▶ _REQUIRED ACTION_
Retype, word for word, every line of the records below starting at the one that contains "L6 L5 L4 L1" and ending at the one that contains "Rebuilt in FreeCAD, every"; include both of those lines and nothing more.

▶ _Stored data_
-- -- --
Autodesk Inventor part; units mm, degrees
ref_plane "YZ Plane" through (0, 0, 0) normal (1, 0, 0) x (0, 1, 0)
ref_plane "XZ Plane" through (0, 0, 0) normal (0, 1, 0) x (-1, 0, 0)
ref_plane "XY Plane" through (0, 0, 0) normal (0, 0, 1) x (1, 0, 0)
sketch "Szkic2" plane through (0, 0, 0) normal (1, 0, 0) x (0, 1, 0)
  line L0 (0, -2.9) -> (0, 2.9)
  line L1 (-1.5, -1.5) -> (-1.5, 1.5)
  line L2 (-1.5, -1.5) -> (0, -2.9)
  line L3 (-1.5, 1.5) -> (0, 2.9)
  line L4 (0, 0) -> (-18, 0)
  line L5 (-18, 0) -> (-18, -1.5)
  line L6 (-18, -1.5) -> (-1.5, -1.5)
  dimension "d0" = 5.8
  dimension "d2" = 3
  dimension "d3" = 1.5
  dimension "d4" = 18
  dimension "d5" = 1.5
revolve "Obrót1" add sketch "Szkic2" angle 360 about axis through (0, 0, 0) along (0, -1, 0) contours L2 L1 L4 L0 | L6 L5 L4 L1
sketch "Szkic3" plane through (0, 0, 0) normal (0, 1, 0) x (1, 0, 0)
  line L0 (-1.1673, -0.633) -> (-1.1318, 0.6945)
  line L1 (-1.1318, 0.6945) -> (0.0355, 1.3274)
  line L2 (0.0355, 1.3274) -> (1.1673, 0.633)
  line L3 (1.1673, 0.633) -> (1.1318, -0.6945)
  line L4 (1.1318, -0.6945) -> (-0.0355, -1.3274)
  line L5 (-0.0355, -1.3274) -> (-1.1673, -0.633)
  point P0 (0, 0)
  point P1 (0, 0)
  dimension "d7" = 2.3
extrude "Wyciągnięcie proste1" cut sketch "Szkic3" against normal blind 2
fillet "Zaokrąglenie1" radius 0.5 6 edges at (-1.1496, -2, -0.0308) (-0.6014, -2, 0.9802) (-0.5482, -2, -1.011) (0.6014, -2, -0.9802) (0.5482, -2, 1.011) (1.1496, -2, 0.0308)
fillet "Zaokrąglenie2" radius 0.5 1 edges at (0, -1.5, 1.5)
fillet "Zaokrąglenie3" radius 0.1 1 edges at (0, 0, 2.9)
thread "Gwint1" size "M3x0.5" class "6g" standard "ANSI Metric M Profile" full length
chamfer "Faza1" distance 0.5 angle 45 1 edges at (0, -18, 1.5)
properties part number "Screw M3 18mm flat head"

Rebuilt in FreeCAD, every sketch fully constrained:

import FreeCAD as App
import Part
import Sketcher

V = App.Vector
Q = App.Units.Quantity


def edges_at(feature, points):
    """Names of the edges that pass closest to the given points."""
    edges = feature.Shape.Edges
    near = lambda p: min(range(len(edges)), key=lambda i: edges[i].distToShape(Part.Vertex(*p))[0])
    return sorted({f"Edge{near(p) + 1}" for p in points})

doc = App.newDocument("Part")
params = doc.addObject("Spreadsheet::Sheet", "Params")
for row, (alias, value) in enumerate([
    ("sketch1_width", "18 mm"),
    ("sketch1_height", "1.5 mm"),
    ("sketch1_height2", "2.9 mm"),
    ("revolution_angle", "360 deg"),
    ("pocket1_length", "2 mm"),
    ("fillet_radius", "0.5 mm"),
    ("fillet2_radius", "0.5 mm"),
    ("fillet3_radius", "0.1 mm"),
    ("chamfer_size", "0.5 mm"),
], start=1):
    params.set(f"A{row}", alias)
    params.set(f"B{row}", "=" + value)
    params.setAlias(f"B{row}", alias)

body = doc.addObject("PartDesign::Body", "Body")

sketch1 = body.newObject("Sketcher::SketchObject", "Sketch")
sketch1.AttachmentSupport = (doc.getObject("YZ_Plane"), [""])
sketch1.MapMode = "FlatFace"
sketch1.addGeometry([
    Part.LineSegment(V(-1.5, -1.5, 0), V(0, -2.9, 0)),
    Part.LineSegment(V(0, -2.9, 0), V(0, 0, 0)),
    Part.LineSegment(V(0, 0, 0), V(-18, 0, 0)),
    Part.LineSegment(V(-18, 0, 0), V(-18, -1.5, 0)),
    Part.LineSegment(V(-18, -1.5, 0), V(-1.5, -1.5, 0)),
], False)
sketch1.addConstraint([
    Sketcher.Constraint("Coincident", 0, 2, 1, 1),
    Sketcher.Constraint("Coincident", 1, 2, 2, 1),
    Sketcher.Constraint("Coincident", 2, 2, 3, 1),
    Sketcher.Constraint("Coincident", 3, 2, 4, 1),
    Sketcher.Constraint("Coincident", 4, 2, 0, 1),
    Sketcher.Constraint("Vertical", 1),
    Sketcher.Constraint("Horizontal", 2),
    Sketcher.Constraint("Vertical", 3),
    Sketcher.Constraint("Horizontal", 4),
    Sketcher.Constraint("Coincident", 1, 2, -1, 1),
    Sketcher.Constraint("DistanceX", 2, 2, 2, 1, 18.0),
    Sketcher.Constraint("DistanceY", 3, 2, 3, 1, 1.5),
    Sketcher.Constraint("DistanceX", 4, 2, -1, 1, 1.5),
    Sketcher.Constraint("DistanceY", 1, 1, 1, 2, 2.9),
])
sketch1.setExpression("Constraints[10]", "Params.sketch1_width")
sketch1.setExpression("Constraints[11]", "Params.sketch1_height")
sketch1.setExpression("Constraints[13]", "Params.sketch1_height2")
revolution = body.newObject("PartDesign::Revolution", "Revolution")
revolution.Profile = sketch1
revolution.ReferenceAxis = (sketch1, ["H_Axis"])
revolution.setExpression("Angle", "Params.revolution_angle")

sketch2 = body.newObject("Sketcher::SketchObject", "Sketch001")
sketch2.AttachmentSupport = (doc.getObject("XZ_Plane"), [""])
sketch2.MapMode = "FlatFace"
sketch2.addGeometry([
    Part.LineSegment(V(-1.1318, -0.6945, 0), V(-1.1673, 0.633, 0)),
    Part.LineSegment(V(-1.1673, 0.633, 0), V(-0.0355, 1.3274, 0)),
    Part.LineSegment(V(-0.0355, 1.3274, 0), V(1.1318, 0.6945, 0)),
    Part.LineSegment(V(1.1318, 0.6945, 0), V(1.1673, -0.633, 0)),
    Part.LineSegment(V(1.1673, -0.633, 0), V(0.0355, -1.3274, 0)),
    Part.LineSegment(V(0.0355, -1.3274, 0), V(-1.1318, -0.6945, 0)),
], False)
sketch2.addConstraint([
    Sketcher.Constraint("Coincident", 0, 2, 1, 1),
    Sketcher.Constraint("Coincident", 1, 2, 2, 1),
    Sketcher.Constraint("Coincident", 2, 2, 3, 1),
    Sketcher.Constraint("Coincident", 3, 2, 4, 1),
    Sketcher.Constraint("Coincident", 4, 2, 5, 1),
    Sketcher.Constraint("Coincident", 5, 2, 0, 1),
    Sketcher.Constraint("Symmetric", 0, 2, 3, 2, -1, 1),
    Sketcher.Constraint("Symmetric", 1, 2, 4, 2, -1, 1),
    Sketcher.Constraint("Symmetric", 2, 2, 5, 2, -1, 1),
    Sketcher.Constraint("Equal", 0, 1),
    Sketcher.Constraint("Equal", 1, 2),
    Sketcher.Constraint("Angle", 1, Q("31.5306 deg")),
    Sketcher.Constraint("Distance", 0, 1.328),
    Sketcher.Constraint("DistanceY", -1, 1, 0, 2, 0.633),
    Sketcher.Constraint("DistanceY", 2, 2, 1, 2, 0.633),
])
pocket1 = body.newObject("PartDesign::Pocket", "Pocket")
pocket1.Profile = sketch2
pocket1.setExpression("Length", "Params.pocket1_length")
pocket1.Reversed = True
doc.recompute()

fillet = body.newObject("PartDesign::Fillet", "Fillet")
fillet.Base = (pocket1, edges_at(pocket1, [
    (-1.15, -2, -0.031),
    (-0.601, -2, 0.98),
    (-0.548, -2, -1.011),
    (0.601, -2, -0.98),
    (0.548, -2, 1.011),
    (1.15, -2, 0.031),
]))
fillet.setExpression("Radius", "Params.fillet_radius")
doc.recompute()

fillet2 = body.newObject("PartDesign::Fillet", "Fillet001")
fillet2.Base = (fillet, edges_at(fillet, [(0, -1.5, 1.5)]))
fillet2.setExpression("Radius", "Params.fillet2_radius")
doc.recompute()

fillet3 = body.newObject("PartDesign::Fillet", "Fillet002")
fillet3.Base = (fillet2, edges_at(fillet2, [(0, 0, 2.9)]))
fillet3.setExpression("Radius", "Params.fillet3_radius")
doc.recompute()

chamfer = body.newObject("PartDesign::Chamfer", "Chamfer")
chamfer.Base = (fillet3, edges_at(fillet3, [(0, -18, 1.5)]))
chamfer.setExpression("Size", "Params.chamfer_size")

doc.recompute()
-- -- --
▶ _THE COMPLETED TASK_
revolve "Obrót1" add sketch "Szkic2" angle 360 about axis through (0, 0, 0) along (0, -1, 0) contours L2 L1 L4 L0 | L6 L5 L4 L1
sketch "Szkic3" plane through (0, 0, 0) normal (0, 1, 0) x (1, 0, 0)
  line L0 (-1.1673, -0.633) -> (-1.1318, 0.6945)
  line L1 (-1.1318, 0.6945) -> (0.0355, 1.3274)
  line L2 (0.0355, 1.3274) -> (1.1673, 0.633)
  line L3 (1.1673, 0.633) -> (1.1318, -0.6945)
  line L4 (1.1318, -0.6945) -> (-0.0355, -1.3274)
  line L5 (-0.0355, -1.3274) -> (-1.1673, -0.633)
  point P0 (0, 0)
  point P1 (0, 0)
  dimension "d7" = 2.3
extrude "Wyciągnięcie proste1" cut sketch "Szkic3" against normal blind 2
fillet "Zaokrąglenie1" radius 0.5 6 edges at (-1.1496, -2, -0.0308) (-0.6014, -2, 0.9802) (-0.5482, -2, -1.011) (0.6014, -2, -0.9802) (0.5482, -2, 1.011) (1.1496, -2, 0.0308)
fillet "Zaokrąglenie2" radius 0.5 1 edges at (0, -1.5, 1.5)
fillet "Zaokrąglenie3" radius 0.1 1 edges at (0, 0, 2.9)
thread "Gwint1" size "M3x0.5" class "6g" standard "ANSI Metric M Profile" full length
chamfer "Faza1" distance 0.5 angle 45 1 edges at (0, -18, 1.5)
properties part number "Screw M3 18mm flat head"

Rebuilt in FreeCAD, every sketch fully constrained:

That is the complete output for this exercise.